TRADITION AND DOMESTIC WISDOM

One of the most distinctive aspects of Vasconcelos's work is the use of artisanal techniques historically linked to the domestic sphere, such as crochet, embroidery and textile work. These practices, passed down through generations and often sidelined within the official narrative of art history, become the starting point for large-scale sculptures and installations. The artist’s work is thus created in a territory where tradition, craftsmanship, popular culture and technology are continuously intertwined.

For Joana Vasconcelos, craft represents a body of techniques, materials, and knowledge passed down through generations. Within this context, her exploration of the feminine, understood as a way of thinking and structuring artistic practice, takes on particular significance. This dimension is evident in her Lisbon studio, a space with a “home-like feel”, with more than fifty people working in a structure characterised by its horizontal, collaborative and self-aware governance model. The artist has expressed her profound gratitude for living at this moment in history: “Finally, women today can take their place in world history, they can have a voice and speak from their difference. Women, many women, even women in my family, couldn't have a voice, couldn't study art, couldn't be the artists they wanted to be.”

PICASSO AND THE EXPERIENCE OF TRANSFIGURATION

Vasconcelos recalls the impact of seeing Guernica for the first time as a teenager. At seventeen years old, standing in front of the canvas, she understood that war could be experienced not as a narrative or historical representation but as a physical and emotional experience. “Looking at the painting, I could feel war”, she recalls. That experience revealed to her that transfiguration does not eliminate emotion but rather intensifies it: the image is altered but the feeling remains and is in a way is amplified.

This logic takes on particular resonance in the context of the exhibition at the Museo Picasso Málaga. Rather than establishing an explicit dialogue with Picasso's work, the exhibition resonates with a tradition in which the everyday, the popular and the vernacular become active material for artistic experimentation. Within this context, the notion of transfiguration finds an inevitable echo in the work of Pablo Picasso.

For Picasso, the vernacular functioned as a space of freedom, in which past and present coexist without hierarchies. For Vasconcelos, tradition emerges as a living material, understood not as a source of nostalgia but as a site of transformation, open to displacement, fragmentation, and reconfiguration. In both cases, transfiguration does not imply a radical break with the original context, nor an extreme act of estrangement; rather, it is a more subtle process that absorbs diverse languages and alters them without erasing their memory. The popular and the domestic do not appear as a starting point to be returned to but as a space for action. Objects are no longer understood solely through their function, but through their potential to be rearranged and generate new meanings. Their origin remains recognisable but their status changes: the form is maintained while the meaning expands.

In this context, presenting the artist’s work at the Museo Picasso Málaga takes on a unique, almost intimate significance.

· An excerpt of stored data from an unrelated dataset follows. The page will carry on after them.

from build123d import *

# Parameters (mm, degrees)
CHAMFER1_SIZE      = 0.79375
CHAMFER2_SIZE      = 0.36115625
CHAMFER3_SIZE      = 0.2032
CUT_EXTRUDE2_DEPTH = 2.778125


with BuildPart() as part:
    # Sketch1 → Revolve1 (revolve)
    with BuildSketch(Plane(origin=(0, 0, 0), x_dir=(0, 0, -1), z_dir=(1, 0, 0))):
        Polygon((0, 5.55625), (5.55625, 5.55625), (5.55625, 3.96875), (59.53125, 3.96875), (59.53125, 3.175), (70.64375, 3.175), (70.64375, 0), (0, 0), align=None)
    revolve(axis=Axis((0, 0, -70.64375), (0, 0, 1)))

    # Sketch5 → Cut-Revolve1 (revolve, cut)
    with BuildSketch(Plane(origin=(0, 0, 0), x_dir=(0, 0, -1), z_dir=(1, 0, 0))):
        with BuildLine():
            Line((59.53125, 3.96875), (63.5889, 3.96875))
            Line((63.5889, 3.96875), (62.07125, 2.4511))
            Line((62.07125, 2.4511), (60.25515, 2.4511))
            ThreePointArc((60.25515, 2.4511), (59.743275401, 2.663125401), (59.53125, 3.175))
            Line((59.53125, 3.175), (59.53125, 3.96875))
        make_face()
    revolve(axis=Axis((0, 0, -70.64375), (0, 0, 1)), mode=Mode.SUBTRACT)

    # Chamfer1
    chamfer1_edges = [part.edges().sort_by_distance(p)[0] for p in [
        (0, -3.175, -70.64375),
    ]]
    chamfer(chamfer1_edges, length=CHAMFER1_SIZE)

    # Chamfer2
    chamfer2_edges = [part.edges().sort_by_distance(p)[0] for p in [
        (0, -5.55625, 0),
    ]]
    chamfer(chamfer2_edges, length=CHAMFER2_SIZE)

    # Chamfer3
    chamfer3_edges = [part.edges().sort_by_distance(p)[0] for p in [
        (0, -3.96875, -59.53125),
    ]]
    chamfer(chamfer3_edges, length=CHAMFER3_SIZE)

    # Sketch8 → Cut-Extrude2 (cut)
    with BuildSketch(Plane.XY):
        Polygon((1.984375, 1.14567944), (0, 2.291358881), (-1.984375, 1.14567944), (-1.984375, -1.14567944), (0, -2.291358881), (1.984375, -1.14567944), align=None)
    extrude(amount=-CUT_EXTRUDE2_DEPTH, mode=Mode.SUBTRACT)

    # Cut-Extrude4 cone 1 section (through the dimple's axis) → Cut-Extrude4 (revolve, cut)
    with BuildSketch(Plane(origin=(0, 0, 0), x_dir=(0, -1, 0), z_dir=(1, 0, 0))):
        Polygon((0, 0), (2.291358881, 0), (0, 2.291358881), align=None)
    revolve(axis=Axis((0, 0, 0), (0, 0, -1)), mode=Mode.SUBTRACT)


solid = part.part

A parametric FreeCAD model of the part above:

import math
import FreeCAD as App
import Part
import Sketcher
from FreeCAD import Vector
Q = App.Units.Quantity


def edges_at(feature, points):
    """Names of the edges that pass closest to the given points."""
    edges = feature.Shape.Edges
    near = lambda p: min(range(len(edges)), key=lambda i: edges[i].distToShape(Part.Vertex(*p))[0])
    return sorted({f"Edge{near(p) + 1}" for p in points})

doc = App.newDocument("Part")
body = doc.addObject("PartDesign::Body", "Body")

# Sketch on YZ plane
sketch1 = body.newObject("Sketcher::SketchObject", "Sketch")
sketch1.AttachmentSupport = (doc.getObject("YZ_Plane"), [""])
sketch1.MapMode = "FlatFace"
sketch1.addGeometry(Part.LineSegment(Vector(5.6, -5.6, 0), Vector(5.6, 0, 0)), False)
sketch1.addGeometry(Part.LineSegment(Vector(5.6, 0, 0), Vector(0, 0, 0)), False)
sketch1.addGeometry(Part.LineSegment(Vector(0, 0, 0), Vector(0, -70.6, 0)), False)
sketch1.addGeometry(Part.LineSegment(Vector(0, -70.6, 0), Vector(3.2, -70.6, 0)), False)
sketch1.addGeometry(Part.LineSegment(Vector(3.2, -70.6, 0), Vector(3.2, -59.5, 0)), False)
sketch1.addGeometry(Part.LineSegment(Vector(3.2, -59.5, 0), Vector(4, -59.5, 0)), False)
sketch1.addGeometry(Part.LineSegment(Vector(4, -59.5, 0), Vector(4, -5.6, 0)), False)
sketch1.addGeometry(Part.LineSegment(Vector(4, -5.6, 0), Vector(5.6, -5.6, 0)), False)
sketch1.addConstraint(Sketcher.Constraint("Coincident", 0, 2, 1, 1))
sketch1.addConstraint(Sketcher.Constraint("Coincident", 1, 2, 2, 1))
sketch1.addConstraint(Sketcher.Constraint("Coincident", 2, 2, 3, 1))
sketch1.addConstraint(Sketcher.Constraint("Coincident", 3, 2, 4, 1))
sketch1.addConstraint(Sketcher.Constraint("Coincident", 4, 2, 5, 1))
sketch1.addConstraint(Sketcher.Constraint("Coincident", 5, 2, 6, 1))
sketch1.addConstraint(Sketcher.Constraint("Coincident", 6, 2, 7, 1))
sketch1.addConstraint(Sketcher.Constraint("Coincident", 7, 2, 0, 1))
sketch1.addConstraint(Sketcher.Constraint("Vertical", 0))
sketch1.addConstraint(Sketcher.Constraint("Horizontal", 1))
sketch1.addConstraint(Sketcher.Constraint("Vertical", 2))
sketch1.addConstraint(Sketcher.Constraint("Horizontal", 3))
sketch1.addConstraint(Sketcher.Constraint("Vertical", 4))
sketch1.addConstraint(Sketcher.Constraint("Horizontal", 5))
sketch1.addConstraint(Sketcher.Constraint("Vertical", 6))
sketch1.addConstraint(Sketcher.Constraint("Horizontal", 7))
sketch1.addConstraint(Sketcher.Constraint("Coincident", 1, 2, -1, 1))
sketch1.addConstraint(Sketcher.Constraint("Equal", 1, 0))
sketch1.addConstraint(Sketcher.Constraint("DistanceX", 1, 2, 1, 1, Q("0.21875 in")))
sketch1.addConstraint(Sketcher.Constraint("DistanceX", 3, 1, 3, 2, Q("0.125 in")))
sketch1.addConstraint(Sketcher.Constraint("DistanceX", 5, 1, 5, 2, Q("0.03125 in")))
sketch1.addConstraint(Sketcher.Constraint("DistanceY", 2, 2, 2, 1, Q("2.78125 in")))
sketch1.addConstraint(Sketcher.Constraint("DistanceY", 4, 1, 4, 2, Q("0.4375 in")))
revolution = body.newObject("PartDesign::Revolution", "Revolution")
revolution.Profile = sketch1
revolution.ReferenceAxis = (sketch1, ["V_Axis"])
revolution.Angle = 360

# Sketch on YZ plane
sketch2 = body.newObject("Sketcher::SketchObject", "Sketch001")
sketch2.AttachmentSupport = (doc.getObject("YZ_Plane"), [""])
sketch2.MapMode = "FlatFace"
sketch2.addGeometry(Part.LineSegment(Vector(4, -63.6, 0), Vector(4, -59.5, 0)), False)
sketch2.addGeometry(Part.LineSegment(Vector(4, -59.5, 0), Vector(3.2, -59.5, 0)), False)
sketch2.addGeometry(Part.ArcOfCircle(Part.Circle(Vector(3.2, -60.3, 0), Vector(0, 0, 1), 0.7), math.radians(90), math.radians(180)), False)
sketch2.addGeometry(Part.LineSegment(Vector(2.5, -60.3, 0), Vector(2.5, -62.1, 0)), False)
sketch2.addGeometry(Part.LineSegment(Vector(2.5, -62.1, 0), Vector(4, -63.6, 0)), False)
sketch2.addConstraint(Sketcher.Constraint("Coincident", 0, 2, 1, 1))
sketch2.addConstraint(Sketcher.Constraint("Tangent", 1, 2, 2, 1))
sketch2.addConstraint(Sketcher.Constraint("Tangent", 2, 2, 3, 1))
sketch2.addConstraint(Sketcher.Constraint("Coincident", 3, 2, 4, 1))
sketch2.addConstraint(Sketcher.Constraint("Coincident", 4, 2, 0, 1))
sketch2.addConstraint(Sketcher.Constraint("Vertical", 0))
sketch2.addConstraint(Sketcher.Constraint("Horizontal", 1))
sketch2.addConstraint(Sketcher.Constraint("Vertical", 3))
sketch2.addConstraint(Sketcher.Constraint("Angle", 4, Q("-45 deg")))
sketch2.addConstraint(Sketcher.Constraint("Radius", 2, Q("0.0285 in")))
sketch2.addConstraint(Sketcher.Constraint("DistanceY", 3, 2, 1, 2, Q("0.1 in")))
sketch2.addConstraint(Sketcher.Constraint("DistanceX", 1, 2, 1, 1, Q("0.03125 in")))
sketch2.addConstraint(Sketcher.Constraint("DistanceX", -1, 1, 2, 3, Q("0.125 in")))
sketch2.addConstraint(Sketcher.Constraint("DistanceY", 0, 2, -1, 1, Q("2.34375 in")))
groove = body.newObject("PartDesign::Groove", "Groove")
groove.Profile = sketch2
groove.ReferenceAxis = (sketch2, ["V_Axis"])
groove.Angle = 360
doc.recompute()

chamfer = body.newObject("PartDesign::Chamfer", "Chamfer")
chamfer.Base = (groove, edges_at(groove, [(0, -3.175, -70.644)]))
chamfer.Size = Q("0.03125 in")
doc.recompute()

chamfer2 = body.newObject("PartDesign::Chamfer", "Chamfer001")
chamfer2.Base = (chamfer, edges_at(chamfer, [(0, -5.556, 0)]))
chamfer2.Size = 0.361156
doc.recompute()

chamfer3 = body.newObject("PartDesign::Chamfer", "Chamfer002")
chamfer3.Base = (chamfer2, edges_at(chamfer2, [(0, -3.969, -59.531)]))
chamfer3.Size = Q("0.008 in")

# Sketch on XY plane
sketch3 = body.newObject("Sketcher::SketchObject", "Sketch002")
sketch3.AttachmentSupport = (doc.getObject("XY_Plane"), [""])
sketch3.MapMode = "FlatFace"
sketch3.addGeometry(Part.LineSegment(Vector(2, 1.1, 0), Vector(0, 2.3, 0)), False)
sketch3.addGeometry(Part.LineSegment(Vector(0, 2.3, 0), Vector(-2, 1.1, 0)), False)
sketch3.addGeometry(Part.LineSegment(Vector(-2, 1.1, 0), Vector(-2, -1.1, 0)), False)
sketch3.addGeometry(Part.LineSegment(Vector(-2, -1.1, 0), Vector(0, -2.3, 0)), False)
sketch3.addGeometry(Part.LineSegment(Vector(0, -2.3, 0), Vector(2, -1.1, 0)), False)
sketch3.addGeometry(Part.LineSegment(Vector(2, -1.1, 0), Vector(2, 1.1, 0)), False)
sketch3.addConstraint(Sketcher.Constraint("Coincident", 0, 2, 1, 1))
sketch3.addConstraint(Sketcher.Constraint("Coincident", 1, 2, 2, 1))
sketch3.addConstraint(Sketcher.Constraint("Coincident", 2, 2, 3, 1))
sketch3.addConstraint(Sketcher.Constraint("Coincident", 3, 2, 4, 1))
sketch3.addConstraint(Sketcher.Constraint("Coincident", 4, 2, 5, 1))
sketch3.addConstraint(Sketcher.Constraint("Coincident", 5, 2, 0, 1))
sketch3.addConstraint(Sketcher.Constraint("Vertical", 2))
sketch3.addConstraint(Sketcher.Constraint("Vertical", 5))
sketch3.addConstraint(Sketcher.Constraint("Symmetric", 0, 2, 3, 2, -1, 1))
sketch3.addConstraint(Sketcher.Constraint("Symmetric", 1, 2, 4, 2, -1, 1))
sketch3.addConstraint(Sketcher.Constraint("PointOnObject", 0, 2, -2))
sketch3.addConstraint(Sketcher.Constraint("Parallel", 0, 3))
sketch3.addConstraint(Sketcher.Constraint("Horizontal", 2, 2, 4, 2))
sketch3.addConstraint(Sketcher.Constraint("Angle", 0, Q("150 deg")))
sketch3.addConstraint(Sketcher.Constraint("DistanceX", 1, 2, -1, 1, Q("0.078125 in")))
sketch3.addConstraint(Sketcher.Constraint("DistanceY", 2, 2, 2, 1, Q("2.291359 mm")))
pocket1 = body.newObject("PartDesign::Pocket", "Pocket")
pocket1.Profile = sketch3
pocket1.Length = Q("0.109375 in")

# Sketch on YZ plane
sketch4 = body.newObject("Sketcher::SketchObject", "Sketch003")
sketch4.AttachmentSupport = (doc.getObject("YZ_Plane"), [""])
sketch4.MapMode = "FlatFace"
sketch4.addGeometry(Part.LineSegment(Vector(0, 0, 0), Vector(-2.3, 0, 0)), False)
sketch4.addGeometry(Part.LineSegment(Vector(-2.3, 0, 0), Vector(0, -2.3, 0)), False)
sketch4.addGeometry(Part.LineSegment(Vector(0, -2.3, 0), Vector(0, 0, 0)), False)
sketch4.addConstraint(Sketcher.Constraint("Coincident", 0, 2, 1, 1))
sketch4.addConstraint(Sketcher.Constraint("Coincident", 1, 2, 2, 1))
sketch4.addConstraint(Sketcher.Constraint("Coincident", 2, 2, 0, 1))
sketch4.addConstraint(Sketcher.Constraint("Horizontal", 0))
sketch4.addConstraint(Sketcher.Constraint("Vertical", 2))
sketch4.addConstraint(Sketcher.Constraint("Coincident", 2, 2, -1, 1))
sketch4.addConstraint(Sketcher.Constraint("Equal", 0, 2))
sketch4.addConstraint(Sketcher.Constraint("DistanceX", 0, 2, 0, 1, Q("2.291359 mm")))
groove2 = body.newObject("PartDesign::Groove", "Groove001")
groove2.Profile = sketch4
groove2.ReferenceAxis = (sketch4, ["V_Axis"])
groove2.Angle = 360

doc.recompute()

Exhibiting at the museum comes close to the experience of entering Picasso’s own home: “When you enter a space like this museum, a place that belongs to Picasso, whether you intend to or not, you enter into a relationship with Picasso’s energy, his homeland, his identity, and his native Málaga.”

Therefore the exhibition not only traces a journey through the work of Joana Vasconcelos but also creates a space of resonance in which different ways of understanding artistic transformation converge. Transfiguration ceases to be solely a concept and becomes a shared experience: a way of seeing that displaces the familiar and opens up new possibilities for meaning.